Successful struggle against capitalist rule and the system of imperialist subjugation must mobilize the social power of the working class on an internationalist program. Rejecting this Marxist perspective, the reformist left ties working people to their capitalist exploiters centrally through support to the NDP. The Trotskyist League fights to build a revolutionary workers party through political struggle against the NDP social democrats and their left tails. Taking up the cause of all the oppressed, such a party would give conscious leadership to the struggles of the workers not only to improve their present conditions but to do away with the entire system of capitalist wage slavery.

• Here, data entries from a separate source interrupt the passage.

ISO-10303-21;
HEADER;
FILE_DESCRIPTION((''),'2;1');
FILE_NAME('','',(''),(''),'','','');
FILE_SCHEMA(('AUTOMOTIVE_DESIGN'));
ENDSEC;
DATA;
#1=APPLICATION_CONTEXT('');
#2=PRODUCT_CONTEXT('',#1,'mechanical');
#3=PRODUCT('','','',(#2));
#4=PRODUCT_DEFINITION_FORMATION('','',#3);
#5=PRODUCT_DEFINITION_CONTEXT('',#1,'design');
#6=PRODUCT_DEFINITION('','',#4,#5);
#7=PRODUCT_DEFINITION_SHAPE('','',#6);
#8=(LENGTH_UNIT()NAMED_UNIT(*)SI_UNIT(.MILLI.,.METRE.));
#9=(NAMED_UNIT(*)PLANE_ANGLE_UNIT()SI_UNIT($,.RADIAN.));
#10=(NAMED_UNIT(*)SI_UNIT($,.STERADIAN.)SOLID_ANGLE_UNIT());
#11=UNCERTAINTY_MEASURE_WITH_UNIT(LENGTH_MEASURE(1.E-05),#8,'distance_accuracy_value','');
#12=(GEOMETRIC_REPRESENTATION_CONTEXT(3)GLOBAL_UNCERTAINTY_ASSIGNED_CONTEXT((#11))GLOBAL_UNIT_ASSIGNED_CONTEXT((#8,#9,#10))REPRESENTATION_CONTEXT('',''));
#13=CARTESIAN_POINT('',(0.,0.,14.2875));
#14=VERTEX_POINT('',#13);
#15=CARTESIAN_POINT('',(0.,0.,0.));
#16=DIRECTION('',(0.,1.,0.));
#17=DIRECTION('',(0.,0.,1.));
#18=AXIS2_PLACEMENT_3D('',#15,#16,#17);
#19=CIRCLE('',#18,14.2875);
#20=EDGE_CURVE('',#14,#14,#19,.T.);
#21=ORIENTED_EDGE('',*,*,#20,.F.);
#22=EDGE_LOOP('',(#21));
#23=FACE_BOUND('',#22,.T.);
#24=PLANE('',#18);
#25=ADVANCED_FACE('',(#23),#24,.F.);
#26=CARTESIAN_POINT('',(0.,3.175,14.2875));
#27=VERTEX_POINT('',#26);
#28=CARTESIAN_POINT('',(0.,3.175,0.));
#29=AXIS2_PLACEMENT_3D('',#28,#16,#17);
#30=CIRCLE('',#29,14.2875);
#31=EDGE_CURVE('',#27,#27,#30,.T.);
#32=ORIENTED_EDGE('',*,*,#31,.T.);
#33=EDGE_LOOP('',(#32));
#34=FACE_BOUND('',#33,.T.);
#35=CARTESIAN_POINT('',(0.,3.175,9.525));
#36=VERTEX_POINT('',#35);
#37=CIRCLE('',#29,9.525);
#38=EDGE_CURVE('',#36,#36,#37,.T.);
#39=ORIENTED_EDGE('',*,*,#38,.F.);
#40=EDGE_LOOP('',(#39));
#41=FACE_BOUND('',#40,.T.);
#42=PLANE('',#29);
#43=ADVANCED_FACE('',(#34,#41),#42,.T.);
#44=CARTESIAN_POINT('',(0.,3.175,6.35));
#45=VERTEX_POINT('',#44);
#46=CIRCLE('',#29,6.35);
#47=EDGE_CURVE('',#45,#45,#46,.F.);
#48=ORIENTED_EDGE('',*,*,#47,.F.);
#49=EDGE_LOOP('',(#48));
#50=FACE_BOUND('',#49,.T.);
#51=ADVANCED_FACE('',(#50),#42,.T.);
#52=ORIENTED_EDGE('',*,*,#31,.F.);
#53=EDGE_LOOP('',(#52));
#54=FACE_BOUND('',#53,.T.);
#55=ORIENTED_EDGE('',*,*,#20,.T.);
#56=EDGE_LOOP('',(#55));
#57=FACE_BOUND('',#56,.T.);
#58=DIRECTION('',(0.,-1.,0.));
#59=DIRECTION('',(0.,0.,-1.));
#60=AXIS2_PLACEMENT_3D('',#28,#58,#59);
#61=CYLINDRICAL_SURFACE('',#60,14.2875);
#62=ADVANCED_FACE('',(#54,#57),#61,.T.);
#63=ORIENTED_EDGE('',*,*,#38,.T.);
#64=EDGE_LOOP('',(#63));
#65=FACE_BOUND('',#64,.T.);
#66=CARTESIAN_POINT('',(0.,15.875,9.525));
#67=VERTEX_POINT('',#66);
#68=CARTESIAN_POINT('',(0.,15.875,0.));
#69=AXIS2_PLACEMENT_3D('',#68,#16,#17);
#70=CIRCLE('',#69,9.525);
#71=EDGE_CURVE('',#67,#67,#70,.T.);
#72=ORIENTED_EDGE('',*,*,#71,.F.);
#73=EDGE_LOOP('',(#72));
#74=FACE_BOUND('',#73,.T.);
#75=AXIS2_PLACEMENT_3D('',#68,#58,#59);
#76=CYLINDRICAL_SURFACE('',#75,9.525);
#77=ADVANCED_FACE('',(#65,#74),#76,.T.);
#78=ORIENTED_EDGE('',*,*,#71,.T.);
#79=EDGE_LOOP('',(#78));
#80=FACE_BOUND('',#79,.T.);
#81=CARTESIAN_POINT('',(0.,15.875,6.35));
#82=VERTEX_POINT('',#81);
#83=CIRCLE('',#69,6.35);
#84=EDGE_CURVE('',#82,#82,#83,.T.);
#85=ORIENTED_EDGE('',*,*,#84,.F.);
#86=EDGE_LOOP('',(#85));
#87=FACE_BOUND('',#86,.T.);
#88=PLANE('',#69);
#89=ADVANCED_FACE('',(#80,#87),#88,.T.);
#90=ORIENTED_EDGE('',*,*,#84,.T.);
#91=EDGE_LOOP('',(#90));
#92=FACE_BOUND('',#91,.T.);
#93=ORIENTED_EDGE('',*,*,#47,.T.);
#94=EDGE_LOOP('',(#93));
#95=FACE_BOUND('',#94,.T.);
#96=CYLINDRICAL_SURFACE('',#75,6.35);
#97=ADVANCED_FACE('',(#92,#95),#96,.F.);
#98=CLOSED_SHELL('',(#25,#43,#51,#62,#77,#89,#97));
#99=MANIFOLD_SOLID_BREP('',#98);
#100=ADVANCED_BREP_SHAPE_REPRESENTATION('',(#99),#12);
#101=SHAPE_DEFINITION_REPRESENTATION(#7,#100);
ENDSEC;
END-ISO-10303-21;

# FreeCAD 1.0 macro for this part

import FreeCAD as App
import Part
import Sketcher

V = App.Vector
Q = App.Units.Quantity

doc = App.newDocument("Part")
params = doc.addObject("Spreadsheet::Sheet", "Params")
for row, (alias, value) in enumerate([
    ("sketch1_diameter", "1.125 in"),
    ("pad1_length", "0.125 in"),
    ("sketch2_diameter", "0.5 in"),
    ("sketch2_diameter2", "0.75 in"),
    ("pad2_length", "0.5 in"),
], start=1):
    params.set(f"A{row}", alias)
    params.set(f"B{row}", "=" + value)
    params.setAlias(f"B{row}", alias)

body = doc.addObject("PartDesign::Body", "Body")

# Sketch on XZ plane
sketch1 = body.newObject("Sketcher::SketchObject", "Sketch")
sketch1.AttachmentSupport = (doc.getObject("XZ_Plane"), [""])
sketch1.MapMode = "FlatFace"
sketch1.addGeometry(Part.Circle(V(0, 0, 0), V(0, 0, 1), 14.2875), False)
sketch1.addConstraint(Sketcher.Constraint("Coincident", 0, 3, -1, 1))
sketch1.addConstraint(Sketcher.Constraint("Diameter", 0, Q("1.125 in")))
sketch1.setExpression("Constraints[1]", "Params.sketch1_diameter")
pad1 = body.newObject("PartDesign::Pad", "Pad")
pad1.Profile = sketch1
pad1.setExpression("Length", "Params.pad1_length")
pad1.Reversed = True

# Sketch on XZ plane
sketch2 = body.newObject("Sketcher::SketchObject", "Sketch001")
sketch2.AttachmentSupport = (doc.getObject("XZ_Plane"), [""])
sketch2.MapMode = "FlatFace"
sketch2.AttachmentOffset = App.Placement(V(0, 0, -0.125 * 25.4), App.Rotation())
sketch2.addGeometry(Part.Circle(V(0, 0, 0), V(0, 0, 1), 9.525), False)
sketch2.addGeometry(Part.Circle(V(0, 0, 0), V(0, 0, 1), 6.35), False)
sketch2.addConstraint(Sketcher.Constraint("Coincident", 0, 3, -1, 1))
sketch2.addConstraint(Sketcher.Constraint("Coincident", 1, 3, -1, 1))
sketch2.addConstraint(Sketcher.Constraint("Diameter", 1, Q("0.5 in")))
sketch2.addConstraint(Sketcher.Constraint("Diameter", 0, Q("0.75 in")))
sketch2.setExpression("Constraints[2]", "Params.sketch2_diameter")
sketch2.setExpression("Constraints[3]", "Params.sketch2_diameter2")
pad2 = body.newObject("PartDesign::Pad", "Pad001")
pad2.Profile = sketch2
pad2.setExpression("Length", "Params.pad2_length")
pad2.Reversed = True

doc.recompute()
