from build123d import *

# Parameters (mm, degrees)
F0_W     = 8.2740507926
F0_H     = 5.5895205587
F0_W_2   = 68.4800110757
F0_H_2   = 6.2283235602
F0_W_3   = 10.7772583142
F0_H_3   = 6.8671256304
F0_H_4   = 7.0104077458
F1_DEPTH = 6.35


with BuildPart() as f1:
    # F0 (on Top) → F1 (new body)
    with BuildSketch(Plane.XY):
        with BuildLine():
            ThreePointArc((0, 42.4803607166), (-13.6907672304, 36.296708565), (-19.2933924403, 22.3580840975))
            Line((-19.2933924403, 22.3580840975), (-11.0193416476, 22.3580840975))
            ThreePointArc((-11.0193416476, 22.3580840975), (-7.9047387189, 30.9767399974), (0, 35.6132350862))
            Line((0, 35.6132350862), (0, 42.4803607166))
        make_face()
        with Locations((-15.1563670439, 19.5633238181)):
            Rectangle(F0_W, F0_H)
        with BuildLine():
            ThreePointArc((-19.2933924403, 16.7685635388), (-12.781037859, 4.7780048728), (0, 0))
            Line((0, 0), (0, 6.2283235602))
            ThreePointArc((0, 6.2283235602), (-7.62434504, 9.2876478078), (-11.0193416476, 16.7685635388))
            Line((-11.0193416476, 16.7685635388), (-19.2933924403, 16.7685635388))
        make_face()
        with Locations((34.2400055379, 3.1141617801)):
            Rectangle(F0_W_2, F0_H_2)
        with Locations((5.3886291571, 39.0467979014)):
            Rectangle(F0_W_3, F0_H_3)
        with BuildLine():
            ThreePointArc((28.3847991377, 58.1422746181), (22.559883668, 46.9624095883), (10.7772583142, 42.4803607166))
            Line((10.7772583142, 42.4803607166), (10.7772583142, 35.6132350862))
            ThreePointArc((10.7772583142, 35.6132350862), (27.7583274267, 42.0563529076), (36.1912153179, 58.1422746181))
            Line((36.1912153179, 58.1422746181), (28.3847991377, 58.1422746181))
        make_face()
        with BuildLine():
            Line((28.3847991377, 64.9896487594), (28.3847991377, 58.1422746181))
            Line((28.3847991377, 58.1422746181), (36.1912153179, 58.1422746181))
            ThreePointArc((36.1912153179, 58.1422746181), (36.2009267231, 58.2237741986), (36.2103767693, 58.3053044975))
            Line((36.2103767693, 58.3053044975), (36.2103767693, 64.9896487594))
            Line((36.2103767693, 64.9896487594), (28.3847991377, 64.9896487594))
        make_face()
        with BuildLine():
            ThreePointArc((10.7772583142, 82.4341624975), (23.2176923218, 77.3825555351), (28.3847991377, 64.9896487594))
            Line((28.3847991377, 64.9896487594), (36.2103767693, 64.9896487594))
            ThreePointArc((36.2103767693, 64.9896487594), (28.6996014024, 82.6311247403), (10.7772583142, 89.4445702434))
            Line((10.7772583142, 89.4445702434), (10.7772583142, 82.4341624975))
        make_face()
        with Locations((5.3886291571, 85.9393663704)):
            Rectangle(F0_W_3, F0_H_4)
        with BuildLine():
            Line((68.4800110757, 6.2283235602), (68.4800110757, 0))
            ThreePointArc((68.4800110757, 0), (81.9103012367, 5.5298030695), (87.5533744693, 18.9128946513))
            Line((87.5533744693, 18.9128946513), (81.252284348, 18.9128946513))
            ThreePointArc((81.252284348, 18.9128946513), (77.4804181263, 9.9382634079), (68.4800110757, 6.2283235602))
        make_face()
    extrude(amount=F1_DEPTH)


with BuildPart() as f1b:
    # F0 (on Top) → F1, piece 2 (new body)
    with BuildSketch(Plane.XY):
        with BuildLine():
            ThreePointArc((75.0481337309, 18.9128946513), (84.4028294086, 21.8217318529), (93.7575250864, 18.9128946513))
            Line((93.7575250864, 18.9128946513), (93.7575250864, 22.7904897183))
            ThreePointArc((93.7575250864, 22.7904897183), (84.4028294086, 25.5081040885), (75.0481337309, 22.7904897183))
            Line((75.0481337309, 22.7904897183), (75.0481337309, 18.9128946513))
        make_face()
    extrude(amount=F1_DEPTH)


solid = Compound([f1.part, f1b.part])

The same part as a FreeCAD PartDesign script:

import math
import FreeCAD as App
import Part
import Sketcher

V = App.Vector
Q = App.Units.Quantity

doc = App.newDocument("Part")
params = doc.addObject("Spreadsheet::Sheet", "Params")
for row, (alias, value) in enumerate([
    ("pad1_length", "0.25 in"),
    ("pad2_length", "0.25 in"),
], start=1):
    params.set(f"A{row}", alias)
    params.set(f"B{row}", "=" + value)
    params.setAlias(f"B{row}", alias)

body = doc.addObject("PartDesign::Body", "Body")

sketch1 = doc.addObject("Sketcher::SketchObject", "Sketch")
body.addObject(sketch1)
sketch1.AttachmentSupport = (doc.XY_Plane, [""])
sketch1.MapMode = "FlatFace"
sketch1.addGeometry([
    Part.ArcOfCircle(Part.Circle(V(0.846689, 22.358084, 0), V(0, 0, 1), 20.140082), math.radians(92.409426), math.radians(180)),
    Part.LineSegment(V(-19.293392, 22.358084, 0), V(-19.293392, 16.768564, 0)),
    Part.ArcOfCircle(Part.Circle(V(0, 19.483473, 0), V(0, 0, 1), 19.483473), math.radians(-171.990098), math.radians(-90)),
    Part.LineSegment(V(0, 0, 0), V(68.480011, 0, 0)),
    Part.ArcOfCircle(Part.Circle(V(68.480011, 19.074044, 0), V(0, 0, 1), 19.074044), math.radians(-90), math.radians(-0.484076)),
    Part.LineSegment(V(87.553374, 18.912895, 0), V(81.252284, 18.912895, 0)),
    Part.ArcOfCircle(Part.Circle(V(68.480011, 19.0009, 0), V(0, 0, 1), 12.772576), math.radians(-90), math.radians(-0.394781)),
    Part.LineSegment(V(68.480011, 6.228324, 0), V(0, 6.228324, 0)),
    Part.ArcOfCircle(Part.Circle(V(0, 17.258554, 0), V(0, 0, 1), 11.03023), math.radians(-177.453941), math.radians(-90)),
    Part.LineSegment(V(-11.019342, 16.768564, 0), V(-11.019342, 22.358084, 0)),
    Part.ArcOfCircle(Part.Circle(V(2.462631, 22.358084, 0), V(0, 0, 1), 13.481972), math.radians(100.524795), math.radians(180)),
    Part.LineSegment(V(0, 35.613235, 0), V(10.777258, 35.613235, 0)),
    Part.ArcOfCircle(Part.Circle(V(10.777258, 61.211904, 0), V(0, 0, 1), 25.598669), math.radians(-90), math.radians(-6.887117)),
    Part.ArcOfCircle(Part.Circle(V(10.777266, 61.211903, 0), V(0, 0, 1), 25.598661), math.radians(-6.887117), math.radians(-6.519706)),
    Part.LineSegment(V(36.210377, 58.305304, 0), V(36.210377, 64.989649, 0)),
    Part.ArcOfCircle(Part.Circle(V(11.736644, 64.989649, 0), V(0, 0, 1), 24.473733), math.radians(0), math.radians(92.246606)),
    Part.LineSegment(V(10.777258, 89.44457, 0), V(0, 89.44457, 0)),
    Part.LineSegment(V(0, 89.44457, 0), V(0, 82.434162, 0)),
    Part.LineSegment(V(0, 82.434162, 0), V(10.777258, 82.434162, 0)),
    Part.ArcOfCircle(Part.Circle(V(10.939531, 64.989649, 0), V(0, 0, 1), 17.445268), math.radians(0), math.radians(90.532961)),
    Part.LineSegment(V(28.384799, 64.989649, 0), V(28.384799, 58.142275, 0)),
    Part.ArcOfCircle(Part.Circle(V(10.777258, 60.208751, 0), V(0, 0, 1), 17.72839), math.radians(-90), math.radians(-6.693791)),
    Part.LineSegment(V(10.777258, 42.480361, 0), V(0, 42.480361, 0)),
], False)
sketch1.addConstraint([
    Sketcher.Constraint("Coincident", 0, 2, 1, 1),
    Sketcher.Constraint("Coincident", 1, 2, 2, 1),
    Sketcher.Constraint("Coincident", 2, 2, 3, 1),
    Sketcher.Constraint("Coincident", 3, 2, 4, 1),
    Sketcher.Constraint("Coincident", 4, 2, 5, 1),
    Sketcher.Constraint("Coincident", 5, 2, 6, 2),
    Sketcher.Constraint("Coincident", 6, 1, 7, 1),
    Sketcher.Constraint("Coincident", 7, 2, 8, 2),
    Sketcher.Constraint("Coincident", 8, 1, 9, 1),
    Sketcher.Constraint("Coincident", 9, 2, 10, 2),
    Sketcher.Constraint("Coincident", 10, 1, 11, 1),
    Sketcher.Constraint("Coincident", 11, 2, 12, 1),
    Sketcher.Constraint("Coincident", 12, 2, 13, 1),
    Sketcher.Constraint("Coincident", 13, 2, 14, 1),
    Sketcher.Constraint("Coincident", 14, 2, 15, 1),
    Sketcher.Constraint("Coincident", 15, 2, 16, 1),
    Sketcher.Constraint("Coincident", 16, 2, 17, 1),
    Sketcher.Constraint("Coincident", 17, 2, 18, 1),
    Sketcher.Constraint("Coincident", 18, 2, 19, 2),
    Sketcher.Constraint("Coincident", 19, 1, 20, 1),
    Sketcher.Constraint("Coincident", 20, 2, 21, 2),
    Sketcher.Constraint("Coincident", 21, 1, 22, 1),
    Sketcher.Constraint("Coincident", 22, 2, 0, 1),
    Sketcher.Constraint("Vertical", 1),
    Sketcher.Constraint("Horizontal", 3),
    Sketcher.Constraint("Horizontal", 5),
    Sketcher.Constraint("Horizontal", 7),
    Sketcher.Constraint("Vertical", 9),
    Sketcher.Constraint("Horizontal", 11),
    Sketcher.Constraint("Vertical", 14),
    Sketcher.Constraint("Horizontal", 16),
    Sketcher.Constraint("Vertical", 17),
    Sketcher.Constraint("Horizontal", 18),
    Sketcher.Constraint("Vertical", 20),
    Sketcher.Constraint("Horizontal", 22),
    Sketcher.Constraint("Coincident", 2, 2, -1, 1),
    Sketcher.Constraint("Coincident", 13, 3, 12, 3),
    Sketcher.Constraint("PointOnObject", 2, 3, -2),
    Sketcher.Constraint("PointOnObject", 8, 3, -2),
    Sketcher.Constraint("PointOnObject", 7, 2, -2),
    Sketcher.Constraint("PointOnObject", 10, 1, -2),
    Sketcher.Constraint("PointOnObject", 16, 2, -2),
    Sketcher.Constraint("PointOnObject", 22, 2, -2),
    Sketcher.Constraint("Radius", 0, Q("20.140082 mm")),
    Sketcher.Constraint("Radius", 8, Q("11.03023 mm")),
    Sketcher.Constraint("Radius", 12, Q("25.598669 mm")),
    Sketcher.Constraint("Radius", 19, Q("17.445268 mm")),
    Sketcher.Constraint("Radius", 21, Q("17.72839 mm")),
    Sketcher.Constraint("Radius", 2, Q("19.483473 mm")),
    Sketcher.Constraint("Radius", 4, Q("19.074044 mm")),
    Sketcher.Constraint("Radius", 6, Q("12.772576 mm")),
    Sketcher.Constraint("Radius", 10, Q("13.481972 mm")),
    Sketcher.Constraint("Radius", 15, Q("24.473733 mm")),
    Sketcher.Constraint("DistanceX", 3, 1, 3, 2, Q("68.480011 mm")),
    Sketcher.Constraint("DistanceX", 5, 2, 5, 1, Q("6.30109 mm")),
    Sketcher.Constraint("DistanceX", 7, 2, 7, 1, Q("68.480011 mm")),
    Sketcher.Constraint("DistanceX", 11, 1, 11, 2, Q("10.777258 mm")),
    Sketcher.Constraint("DistanceX", 16, 2, 16, 1, Q("10.777258 mm")),
    Sketcher.Constraint("DistanceX", 18, 1, 18, 2, Q("10.777258 mm")),
    Sketcher.Constraint("DistanceX", 22, 2, 22, 1, Q("10.777258 mm")),
    Sketcher.Constraint("DistanceY", 1, 2, 1, 1, Q("5.589521 mm")),
    Sketcher.Constraint("DistanceY", 9, 1, 9, 2, Q("5.589521 mm")),
    Sketcher.Constraint("DistanceY", -1, 1, 6, 3, Q("19.0009 mm")),
    Sketcher.Constraint("DistanceX", -1, 1, 19, 1, Q("28.384799 mm")),
    Sketcher.Constraint("DistanceX", 10, 3, 19, 3, Q("8.4769 mm")),
    Sketcher.Constraint("DistanceY", 13, 2, 13, 3, Q("2.906598 mm")),
    Sketcher.Constraint("DistanceY", 14, 1, 14, 2, Q("6.684344 mm")),
    Sketcher.Constraint("DistanceY", 17, 2, 17, 1, Q("7.010408 mm")),
    Sketcher.Constraint("DistanceY", 20, 2, 20, 1, Q("6.847374 mm")),
    Sketcher.Constraint("DistanceX", -1, 1, 0, 3, Q("0.846689 mm")),
    Sketcher.Constraint("DistanceX", -1, 1, 4, 3, Q("68.480011 mm")),
    Sketcher.Constraint("DistanceX", -1, 1, 12, 3, Q("10.777258 mm")),
    Sketcher.Constraint("DistanceY", -1, 1, 15, 3, Q("64.989649 mm")),
    Sketcher.Constraint("DistanceX", -1, 1, 21, 3, Q("10.777258 mm")),
    Sketcher.Constraint("DistanceY", -1, 1, 21, 3, Q("60.208751 mm")),
    Sketcher.Constraint("DistanceY", -1, 1, 14, 2, Q("64.989649 mm")),
    Sketcher.Constraint("DistanceY", 4, 2, 4, 3, Q("0.16115 mm")),
    Sketcher.Constraint("DistanceX", 15, 3, 12, 2, Q("24.454572 mm")),
])
pad1 = doc.addObject("PartDesign::Pad", "Pad")
body.addObject(pad1)
pad1.Profile = sketch1
pad1.setExpression("Length", "Params.pad1_length")
body2 = doc.addObject("PartDesign::Body", "Body001")

sketch2 = doc.addObject("Sketcher::SketchObject", "Sketch001")
body2.addObject(sketch2)
sketch2.AttachmentSupport = (doc.getObject("XY_Plane001"), [""])
sketch2.MapMode = "FlatFace"
sketch2.addGeometry([
    Part.ArcOfCircle(Part.Circle(V(84.4, 5.3, 0), V(0, 0, 1), 16.5), math.radians(55), math.radians(125)),
    Part.LineSegment(V(93.8, 18.9, 0), V(93.8, 22.8, 0)),
    Part.ArcOfCircle(Part.Circle(V(84.4, 8, 0), V(0, 0, 1), 17.5), math.radians(58), math.radians(122)),
    Part.LineSegment(V(75, 22.8, 0), V(75, 18.9, 0)),
], False)
sketch2.addConstraint([
    Sketcher.Constraint("Coincident", 0, 1, 1, 1),
    Sketcher.Constraint("Coincident", 1, 2, 2, 1),
    Sketcher.Constraint("Coincident", 2, 2, 3, 1),
    Sketcher.Constraint("Coincident", 3, 2, 0, 2),
    Sketcher.Constraint("Vertical", 1),
    Sketcher.Constraint("Vertical", 3),
    Sketcher.Constraint("Horizontal", 1, 2, 2, 2),
    Sketcher.Constraint("Horizontal", 0, 1, 3, 2),
    Sketcher.Constraint("Radius", 0, Q("16.496569 mm")),
    Sketcher.Constraint("Radius", 2, Q("17.459386 mm")),
    Sketcher.Constraint("DistanceY", 1, 1, 1, 2, Q("3.877595 mm")),
    Sketcher.Constraint("DistanceX", -1, 1, 0, 3, Q("84.402829 mm")),
    Sketcher.Constraint("DistanceY", -1, 1, 1, 2, Q("22.79049 mm")),
    Sketcher.Constraint("DistanceY", 0, 3, 0, 1, Q("13.587731 mm")),
])
pad2 = doc.addObject("PartDesign::Pad", "Pad001")
body2.addObject(pad2)
pad2.Profile = sketch2
pad2.setExpression("Length", "Params.pad2_length")

doc.recompute()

“Unity” with the oppressors, or with their social-democratic political agents, is the road to defeat. The only way to smash the all-sided assault on social programs, to assure free quality medical care, childcare and jobs and decent living standards for all, to end the neocolonial pillage of the Third World, is by ripping the productive forces from the hands of the capitalist class through socialist revolution and putting them in the hands of those whose labour makes society run.